▶ [AIM OF THE TASK]: Write out, word for word, the part of the listing below that opens with the line containing "#199=ORIENTED_EDGE('',*,*,#198,.F.);" and closes with the line containing "#226=VERTEX_POINT('',#225);", keeping both of those lines and adding no others.

======

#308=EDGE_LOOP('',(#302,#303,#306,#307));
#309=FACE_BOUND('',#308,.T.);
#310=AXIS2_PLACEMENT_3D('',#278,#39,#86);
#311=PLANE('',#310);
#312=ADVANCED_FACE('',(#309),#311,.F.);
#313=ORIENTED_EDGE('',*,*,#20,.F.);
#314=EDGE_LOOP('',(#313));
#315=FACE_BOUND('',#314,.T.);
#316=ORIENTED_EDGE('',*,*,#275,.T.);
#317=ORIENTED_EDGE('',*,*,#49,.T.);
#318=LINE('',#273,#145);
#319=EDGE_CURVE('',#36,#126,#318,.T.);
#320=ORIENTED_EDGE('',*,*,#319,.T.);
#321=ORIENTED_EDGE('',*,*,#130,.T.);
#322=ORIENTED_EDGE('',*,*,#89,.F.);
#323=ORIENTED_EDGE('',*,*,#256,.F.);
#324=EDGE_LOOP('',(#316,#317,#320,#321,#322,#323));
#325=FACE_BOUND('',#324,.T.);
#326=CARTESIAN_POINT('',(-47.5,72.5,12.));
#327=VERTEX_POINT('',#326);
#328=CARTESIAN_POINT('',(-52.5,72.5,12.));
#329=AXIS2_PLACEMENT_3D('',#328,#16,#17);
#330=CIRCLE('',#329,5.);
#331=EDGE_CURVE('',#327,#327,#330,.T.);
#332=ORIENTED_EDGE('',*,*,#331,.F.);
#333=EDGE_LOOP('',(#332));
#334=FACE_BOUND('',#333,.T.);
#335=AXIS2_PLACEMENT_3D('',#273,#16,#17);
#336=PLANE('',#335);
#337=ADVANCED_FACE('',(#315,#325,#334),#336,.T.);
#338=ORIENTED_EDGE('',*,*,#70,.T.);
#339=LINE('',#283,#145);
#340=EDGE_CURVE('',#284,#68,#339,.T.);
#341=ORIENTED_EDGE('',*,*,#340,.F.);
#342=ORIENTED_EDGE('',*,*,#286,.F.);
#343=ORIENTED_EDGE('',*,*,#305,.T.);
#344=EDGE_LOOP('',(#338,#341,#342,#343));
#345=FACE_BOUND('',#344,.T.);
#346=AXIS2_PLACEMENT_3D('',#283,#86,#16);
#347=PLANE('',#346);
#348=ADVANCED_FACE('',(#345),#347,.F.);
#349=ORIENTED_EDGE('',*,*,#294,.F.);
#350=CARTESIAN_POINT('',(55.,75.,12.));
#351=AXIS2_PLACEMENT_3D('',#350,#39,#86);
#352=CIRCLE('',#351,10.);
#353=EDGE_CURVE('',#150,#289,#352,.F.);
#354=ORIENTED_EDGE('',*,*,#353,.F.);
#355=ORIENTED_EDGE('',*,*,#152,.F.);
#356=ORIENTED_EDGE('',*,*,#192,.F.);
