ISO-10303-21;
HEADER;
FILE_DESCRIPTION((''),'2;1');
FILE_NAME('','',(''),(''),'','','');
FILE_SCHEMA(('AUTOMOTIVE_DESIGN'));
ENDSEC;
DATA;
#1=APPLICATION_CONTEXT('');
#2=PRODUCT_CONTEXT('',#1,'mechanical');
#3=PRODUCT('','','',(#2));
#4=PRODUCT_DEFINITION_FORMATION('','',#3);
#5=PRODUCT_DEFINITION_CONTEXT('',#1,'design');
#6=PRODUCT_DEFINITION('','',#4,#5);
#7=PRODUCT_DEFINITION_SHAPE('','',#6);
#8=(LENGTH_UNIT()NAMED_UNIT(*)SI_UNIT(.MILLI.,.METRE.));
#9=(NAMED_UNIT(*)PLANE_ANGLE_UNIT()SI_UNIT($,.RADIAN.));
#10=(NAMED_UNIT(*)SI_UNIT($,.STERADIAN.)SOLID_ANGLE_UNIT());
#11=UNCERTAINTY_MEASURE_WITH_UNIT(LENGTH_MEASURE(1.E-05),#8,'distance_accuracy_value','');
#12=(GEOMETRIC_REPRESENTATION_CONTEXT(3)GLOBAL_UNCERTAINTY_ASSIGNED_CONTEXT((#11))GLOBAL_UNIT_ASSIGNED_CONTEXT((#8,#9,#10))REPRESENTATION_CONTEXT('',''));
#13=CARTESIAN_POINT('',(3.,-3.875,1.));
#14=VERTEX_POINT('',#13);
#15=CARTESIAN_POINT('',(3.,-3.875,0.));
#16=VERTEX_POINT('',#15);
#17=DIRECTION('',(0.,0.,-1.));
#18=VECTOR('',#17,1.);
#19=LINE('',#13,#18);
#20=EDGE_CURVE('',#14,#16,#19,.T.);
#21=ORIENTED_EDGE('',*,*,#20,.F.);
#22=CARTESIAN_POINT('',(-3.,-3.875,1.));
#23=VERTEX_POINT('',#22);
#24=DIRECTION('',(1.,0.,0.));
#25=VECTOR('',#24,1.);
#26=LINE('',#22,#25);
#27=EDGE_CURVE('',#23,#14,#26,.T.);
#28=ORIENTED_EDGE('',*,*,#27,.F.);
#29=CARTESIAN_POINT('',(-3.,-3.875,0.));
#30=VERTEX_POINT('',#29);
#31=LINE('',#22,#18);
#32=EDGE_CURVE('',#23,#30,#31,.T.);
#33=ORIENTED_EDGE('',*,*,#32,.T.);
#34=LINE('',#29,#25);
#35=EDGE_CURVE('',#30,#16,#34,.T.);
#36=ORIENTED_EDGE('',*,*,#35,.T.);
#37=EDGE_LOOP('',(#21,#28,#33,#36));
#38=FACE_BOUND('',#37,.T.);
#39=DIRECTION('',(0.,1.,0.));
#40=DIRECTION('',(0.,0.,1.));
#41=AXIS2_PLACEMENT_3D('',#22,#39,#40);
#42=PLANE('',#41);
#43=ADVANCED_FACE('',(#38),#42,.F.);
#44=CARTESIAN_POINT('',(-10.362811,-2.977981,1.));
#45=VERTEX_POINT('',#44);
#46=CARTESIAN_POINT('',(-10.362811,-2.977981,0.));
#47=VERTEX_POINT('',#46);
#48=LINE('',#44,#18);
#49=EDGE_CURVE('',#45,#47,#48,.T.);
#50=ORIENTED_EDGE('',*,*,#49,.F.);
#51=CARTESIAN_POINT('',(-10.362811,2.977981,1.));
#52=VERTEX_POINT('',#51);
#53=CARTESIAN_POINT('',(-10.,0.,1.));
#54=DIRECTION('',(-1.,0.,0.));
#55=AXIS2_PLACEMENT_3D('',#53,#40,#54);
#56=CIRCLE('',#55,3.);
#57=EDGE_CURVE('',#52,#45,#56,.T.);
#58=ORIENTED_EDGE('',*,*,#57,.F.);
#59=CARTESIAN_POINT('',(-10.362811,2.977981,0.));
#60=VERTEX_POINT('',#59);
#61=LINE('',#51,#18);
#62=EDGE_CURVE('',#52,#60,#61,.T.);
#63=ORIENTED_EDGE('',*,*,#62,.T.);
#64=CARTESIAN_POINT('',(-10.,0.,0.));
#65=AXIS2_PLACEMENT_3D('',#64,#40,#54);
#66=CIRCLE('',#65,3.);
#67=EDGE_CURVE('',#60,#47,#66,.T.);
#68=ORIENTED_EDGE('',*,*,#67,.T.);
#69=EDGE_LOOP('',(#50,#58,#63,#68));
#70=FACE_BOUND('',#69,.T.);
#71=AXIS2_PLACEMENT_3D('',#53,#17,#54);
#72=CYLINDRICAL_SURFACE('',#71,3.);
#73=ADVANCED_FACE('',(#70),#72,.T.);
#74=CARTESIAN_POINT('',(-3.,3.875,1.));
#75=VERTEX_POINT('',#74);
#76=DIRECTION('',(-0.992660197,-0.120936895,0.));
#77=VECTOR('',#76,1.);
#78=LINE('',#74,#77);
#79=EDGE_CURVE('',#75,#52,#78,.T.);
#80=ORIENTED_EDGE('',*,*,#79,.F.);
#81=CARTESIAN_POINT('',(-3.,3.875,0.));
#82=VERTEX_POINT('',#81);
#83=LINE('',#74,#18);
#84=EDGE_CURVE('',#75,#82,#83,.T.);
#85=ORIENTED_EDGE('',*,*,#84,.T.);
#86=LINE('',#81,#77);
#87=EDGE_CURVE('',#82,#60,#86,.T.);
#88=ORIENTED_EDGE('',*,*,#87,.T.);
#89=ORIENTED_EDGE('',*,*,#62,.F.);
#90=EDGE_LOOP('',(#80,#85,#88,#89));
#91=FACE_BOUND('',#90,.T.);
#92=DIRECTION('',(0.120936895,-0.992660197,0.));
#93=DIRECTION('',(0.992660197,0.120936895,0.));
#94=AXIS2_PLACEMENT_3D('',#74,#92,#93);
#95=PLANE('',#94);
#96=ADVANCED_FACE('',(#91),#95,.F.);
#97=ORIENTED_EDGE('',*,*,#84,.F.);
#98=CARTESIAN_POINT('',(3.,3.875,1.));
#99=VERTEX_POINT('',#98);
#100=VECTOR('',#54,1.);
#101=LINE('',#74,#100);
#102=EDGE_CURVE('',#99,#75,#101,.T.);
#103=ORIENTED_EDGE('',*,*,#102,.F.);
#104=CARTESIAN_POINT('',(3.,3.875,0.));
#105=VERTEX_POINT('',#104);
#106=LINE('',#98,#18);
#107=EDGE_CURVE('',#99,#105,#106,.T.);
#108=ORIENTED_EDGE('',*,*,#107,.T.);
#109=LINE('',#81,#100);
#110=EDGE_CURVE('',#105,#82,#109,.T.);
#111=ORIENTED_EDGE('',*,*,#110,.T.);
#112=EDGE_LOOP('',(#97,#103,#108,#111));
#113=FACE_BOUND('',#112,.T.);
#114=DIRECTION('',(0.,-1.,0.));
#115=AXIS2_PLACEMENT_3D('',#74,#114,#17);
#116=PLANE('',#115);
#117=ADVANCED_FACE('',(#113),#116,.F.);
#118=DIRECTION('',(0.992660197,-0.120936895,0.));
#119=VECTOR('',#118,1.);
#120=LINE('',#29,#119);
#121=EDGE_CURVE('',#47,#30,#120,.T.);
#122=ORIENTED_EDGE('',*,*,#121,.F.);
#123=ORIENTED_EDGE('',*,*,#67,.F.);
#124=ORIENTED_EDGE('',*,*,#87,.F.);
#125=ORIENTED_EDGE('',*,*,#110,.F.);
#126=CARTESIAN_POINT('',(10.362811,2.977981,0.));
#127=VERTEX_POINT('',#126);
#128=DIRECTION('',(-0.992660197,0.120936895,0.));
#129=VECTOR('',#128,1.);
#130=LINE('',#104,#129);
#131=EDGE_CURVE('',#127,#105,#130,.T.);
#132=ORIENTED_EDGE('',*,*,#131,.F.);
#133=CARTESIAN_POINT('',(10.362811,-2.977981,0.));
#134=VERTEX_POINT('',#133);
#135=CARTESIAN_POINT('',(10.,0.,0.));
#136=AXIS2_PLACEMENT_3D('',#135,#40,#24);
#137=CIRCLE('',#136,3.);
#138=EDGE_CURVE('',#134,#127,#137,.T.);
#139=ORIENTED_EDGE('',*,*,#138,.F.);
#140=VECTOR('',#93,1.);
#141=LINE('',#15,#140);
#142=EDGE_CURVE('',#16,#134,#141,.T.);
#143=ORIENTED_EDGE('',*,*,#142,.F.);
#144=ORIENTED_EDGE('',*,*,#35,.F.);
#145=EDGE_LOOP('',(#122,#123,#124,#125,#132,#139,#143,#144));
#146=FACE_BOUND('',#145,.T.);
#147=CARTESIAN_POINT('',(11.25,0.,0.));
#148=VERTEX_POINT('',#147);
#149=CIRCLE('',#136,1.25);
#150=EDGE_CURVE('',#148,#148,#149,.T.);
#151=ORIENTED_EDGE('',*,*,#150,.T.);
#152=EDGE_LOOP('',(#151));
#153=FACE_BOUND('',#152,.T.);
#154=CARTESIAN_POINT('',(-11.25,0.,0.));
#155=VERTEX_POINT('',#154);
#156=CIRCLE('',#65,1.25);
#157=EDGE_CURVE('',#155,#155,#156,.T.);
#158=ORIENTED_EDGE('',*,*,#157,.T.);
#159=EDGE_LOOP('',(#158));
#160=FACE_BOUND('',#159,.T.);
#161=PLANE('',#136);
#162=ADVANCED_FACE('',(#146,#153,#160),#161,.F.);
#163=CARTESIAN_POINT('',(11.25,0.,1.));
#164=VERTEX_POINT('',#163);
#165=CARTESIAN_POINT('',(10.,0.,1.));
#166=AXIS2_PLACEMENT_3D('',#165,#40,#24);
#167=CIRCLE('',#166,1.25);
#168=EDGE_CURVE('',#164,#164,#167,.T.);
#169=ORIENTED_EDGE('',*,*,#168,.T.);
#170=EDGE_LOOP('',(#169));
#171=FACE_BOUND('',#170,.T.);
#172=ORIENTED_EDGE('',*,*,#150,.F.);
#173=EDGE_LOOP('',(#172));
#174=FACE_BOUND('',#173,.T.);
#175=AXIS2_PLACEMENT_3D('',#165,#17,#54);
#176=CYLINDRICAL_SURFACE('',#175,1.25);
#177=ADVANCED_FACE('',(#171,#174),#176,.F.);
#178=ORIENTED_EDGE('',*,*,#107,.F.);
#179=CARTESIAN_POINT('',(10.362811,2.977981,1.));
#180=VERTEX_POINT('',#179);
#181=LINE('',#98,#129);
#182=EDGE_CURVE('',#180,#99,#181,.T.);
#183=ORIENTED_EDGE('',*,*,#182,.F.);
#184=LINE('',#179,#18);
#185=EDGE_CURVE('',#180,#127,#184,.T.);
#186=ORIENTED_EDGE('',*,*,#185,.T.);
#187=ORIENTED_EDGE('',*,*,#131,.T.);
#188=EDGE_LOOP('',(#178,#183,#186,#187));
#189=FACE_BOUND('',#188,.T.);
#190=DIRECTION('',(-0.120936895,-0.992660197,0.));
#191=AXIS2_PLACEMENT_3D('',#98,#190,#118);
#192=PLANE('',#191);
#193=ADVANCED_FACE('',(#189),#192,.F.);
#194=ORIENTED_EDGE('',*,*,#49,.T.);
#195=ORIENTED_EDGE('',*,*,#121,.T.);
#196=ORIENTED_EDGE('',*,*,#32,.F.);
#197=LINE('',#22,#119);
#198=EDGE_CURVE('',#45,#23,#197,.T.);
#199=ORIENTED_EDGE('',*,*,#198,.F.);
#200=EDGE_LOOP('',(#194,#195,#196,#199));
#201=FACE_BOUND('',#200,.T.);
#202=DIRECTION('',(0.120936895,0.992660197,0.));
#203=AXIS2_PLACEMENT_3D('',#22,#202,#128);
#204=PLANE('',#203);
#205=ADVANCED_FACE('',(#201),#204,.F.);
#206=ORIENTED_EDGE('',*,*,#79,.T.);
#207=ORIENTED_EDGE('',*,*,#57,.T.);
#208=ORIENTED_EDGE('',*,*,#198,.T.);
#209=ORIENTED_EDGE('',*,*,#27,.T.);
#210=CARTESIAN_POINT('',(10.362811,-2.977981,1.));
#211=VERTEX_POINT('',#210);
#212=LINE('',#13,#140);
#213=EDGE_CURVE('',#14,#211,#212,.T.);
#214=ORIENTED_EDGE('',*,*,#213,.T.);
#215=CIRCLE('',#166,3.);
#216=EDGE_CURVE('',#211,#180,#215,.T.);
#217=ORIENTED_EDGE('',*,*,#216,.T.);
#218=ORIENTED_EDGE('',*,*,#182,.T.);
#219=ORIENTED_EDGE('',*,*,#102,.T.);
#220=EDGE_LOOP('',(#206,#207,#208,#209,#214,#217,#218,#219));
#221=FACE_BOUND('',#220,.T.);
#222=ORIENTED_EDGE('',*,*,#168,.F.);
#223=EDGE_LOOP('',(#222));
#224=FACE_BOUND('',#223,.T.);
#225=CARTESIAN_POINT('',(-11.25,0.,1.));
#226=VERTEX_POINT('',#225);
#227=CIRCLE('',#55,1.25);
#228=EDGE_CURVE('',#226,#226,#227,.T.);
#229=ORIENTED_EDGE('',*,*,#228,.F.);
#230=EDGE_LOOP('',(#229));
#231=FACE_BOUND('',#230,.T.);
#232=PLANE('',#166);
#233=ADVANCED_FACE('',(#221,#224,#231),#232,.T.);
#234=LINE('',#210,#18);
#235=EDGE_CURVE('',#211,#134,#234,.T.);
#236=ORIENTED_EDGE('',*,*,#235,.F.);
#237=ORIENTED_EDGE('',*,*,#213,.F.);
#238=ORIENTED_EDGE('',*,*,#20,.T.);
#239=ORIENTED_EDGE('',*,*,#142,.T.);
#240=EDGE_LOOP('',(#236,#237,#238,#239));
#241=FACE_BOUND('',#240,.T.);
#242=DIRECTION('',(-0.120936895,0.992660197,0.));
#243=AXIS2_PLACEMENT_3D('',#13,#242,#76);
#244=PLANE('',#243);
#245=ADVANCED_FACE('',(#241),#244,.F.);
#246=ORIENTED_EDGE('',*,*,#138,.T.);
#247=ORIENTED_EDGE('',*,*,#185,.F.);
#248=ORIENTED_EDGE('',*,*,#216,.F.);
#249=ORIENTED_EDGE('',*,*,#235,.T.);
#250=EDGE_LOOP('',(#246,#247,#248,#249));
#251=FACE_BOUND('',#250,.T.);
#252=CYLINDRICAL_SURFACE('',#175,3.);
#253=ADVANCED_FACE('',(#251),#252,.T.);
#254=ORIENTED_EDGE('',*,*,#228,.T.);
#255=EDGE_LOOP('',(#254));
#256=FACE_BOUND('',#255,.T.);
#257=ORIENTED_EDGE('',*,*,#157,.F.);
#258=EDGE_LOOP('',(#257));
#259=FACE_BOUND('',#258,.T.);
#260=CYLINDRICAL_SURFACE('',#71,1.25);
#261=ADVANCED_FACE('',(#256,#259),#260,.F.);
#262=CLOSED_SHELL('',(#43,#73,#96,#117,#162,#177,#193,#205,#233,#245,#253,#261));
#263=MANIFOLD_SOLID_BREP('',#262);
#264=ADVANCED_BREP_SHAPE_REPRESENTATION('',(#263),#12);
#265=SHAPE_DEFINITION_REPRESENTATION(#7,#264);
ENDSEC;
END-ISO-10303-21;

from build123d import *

# Parameters (mm, degrees)
CROQUIS1_R              = 1.25
SALIENTE_EXTRUIR1_DEPTH = 1


with BuildPart() as part:
    # Croquis1 → Saliente-Extruir1 (new body)
    with BuildSketch(Plane.XY):
        with BuildLine():
            Line((3, 3.875), (10.362810685, 2.977980592))
            ThreePointArc((10.362810685, 2.977980592), (13, 0), (10.362810685, -2.977980592))
            Line((10.362810685, -2.977980592), (3, -3.875))
            Line((3, -3.875), (-3, -3.875))
            Line((-3, -3.875), (-10.362810685, -2.977980592))
            ThreePointArc((-10.362810685, -2.977980592), (-13, 0), (-10.362810685, 2.977980592))
            Line((-10.362810685, 2.977980592), (-3, 3.875))
            Line((-3, 3.875), (3, 3.875))
        make_face()
        with Locations((10, 0)):
            Circle(CROQUIS1_R, mode=Mode.SUBTRACT)
        with Locations(Location((-10, 0, 0), (0, 0, 180))):
            Circle(CROQUIS1_R, mode=Mode.SUBTRACT)
    extrude(amount=SALIENTE_EXTRUIR1_DEPTH)


solid = part.part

======

▶ [TASK OUTPUT]:
#199=ORIENTED_EDGE('',*,*,#198,.F.);
#200=EDGE_LOOP('',(#194,#195,#196,#199));
#201=FACE_BOUND('',#200,.T.);
#202=DIRECTION('',(0.120936895,0.992660197,0.));
#203=AXIS2_PLACEMENT_3D('',#22,#202,#128);
#204=PLANE('',#203);
#205=ADVANCED_FACE('',(#201),#204,.F.);
#206=ORIENTED_EDGE('',*,*,#79,.T.);
#207=ORIENTED_EDGE('',*,*,#57,.T.);
#208=ORIENTED_EDGE('',*,*,#198,.T.);
#209=ORIENTED_EDGE('',*,*,#27,.T.);
#210=CARTESIAN_POINT('',(10.362811,-2.977981,1.));
#211=VERTEX_POINT('',#210);
#212=LINE('',#13,#140);
#213=EDGE_CURVE('',#14,#211,#212,.T.);
#214=ORIENTED_EDGE('',*,*,#213,.T.);
#215=CIRCLE('',#166,3.);
#216=EDGE_CURVE('',#211,#180,#215,.T.);
#217=ORIENTED_EDGE('',*,*,#216,.T.);
#218=ORIENTED_EDGE('',*,*,#182,.T.);
#219=ORIENTED_EDGE('',*,*,#102,.T.);
#220=EDGE_LOOP('',(#206,#207,#208,#209,#214,#217,#218,#219));
#221=FACE_BOUND('',#220,.T.);
#222=ORIENTED_EDGE('',*,*,#168,.F.);
#223=EDGE_LOOP('',(#222));
#224=FACE_BOUND('',#223,.T.);
#225=CARTESIAN_POINT('',(-11.25,0.,1.));
#226=VERTEX_POINT('',#225);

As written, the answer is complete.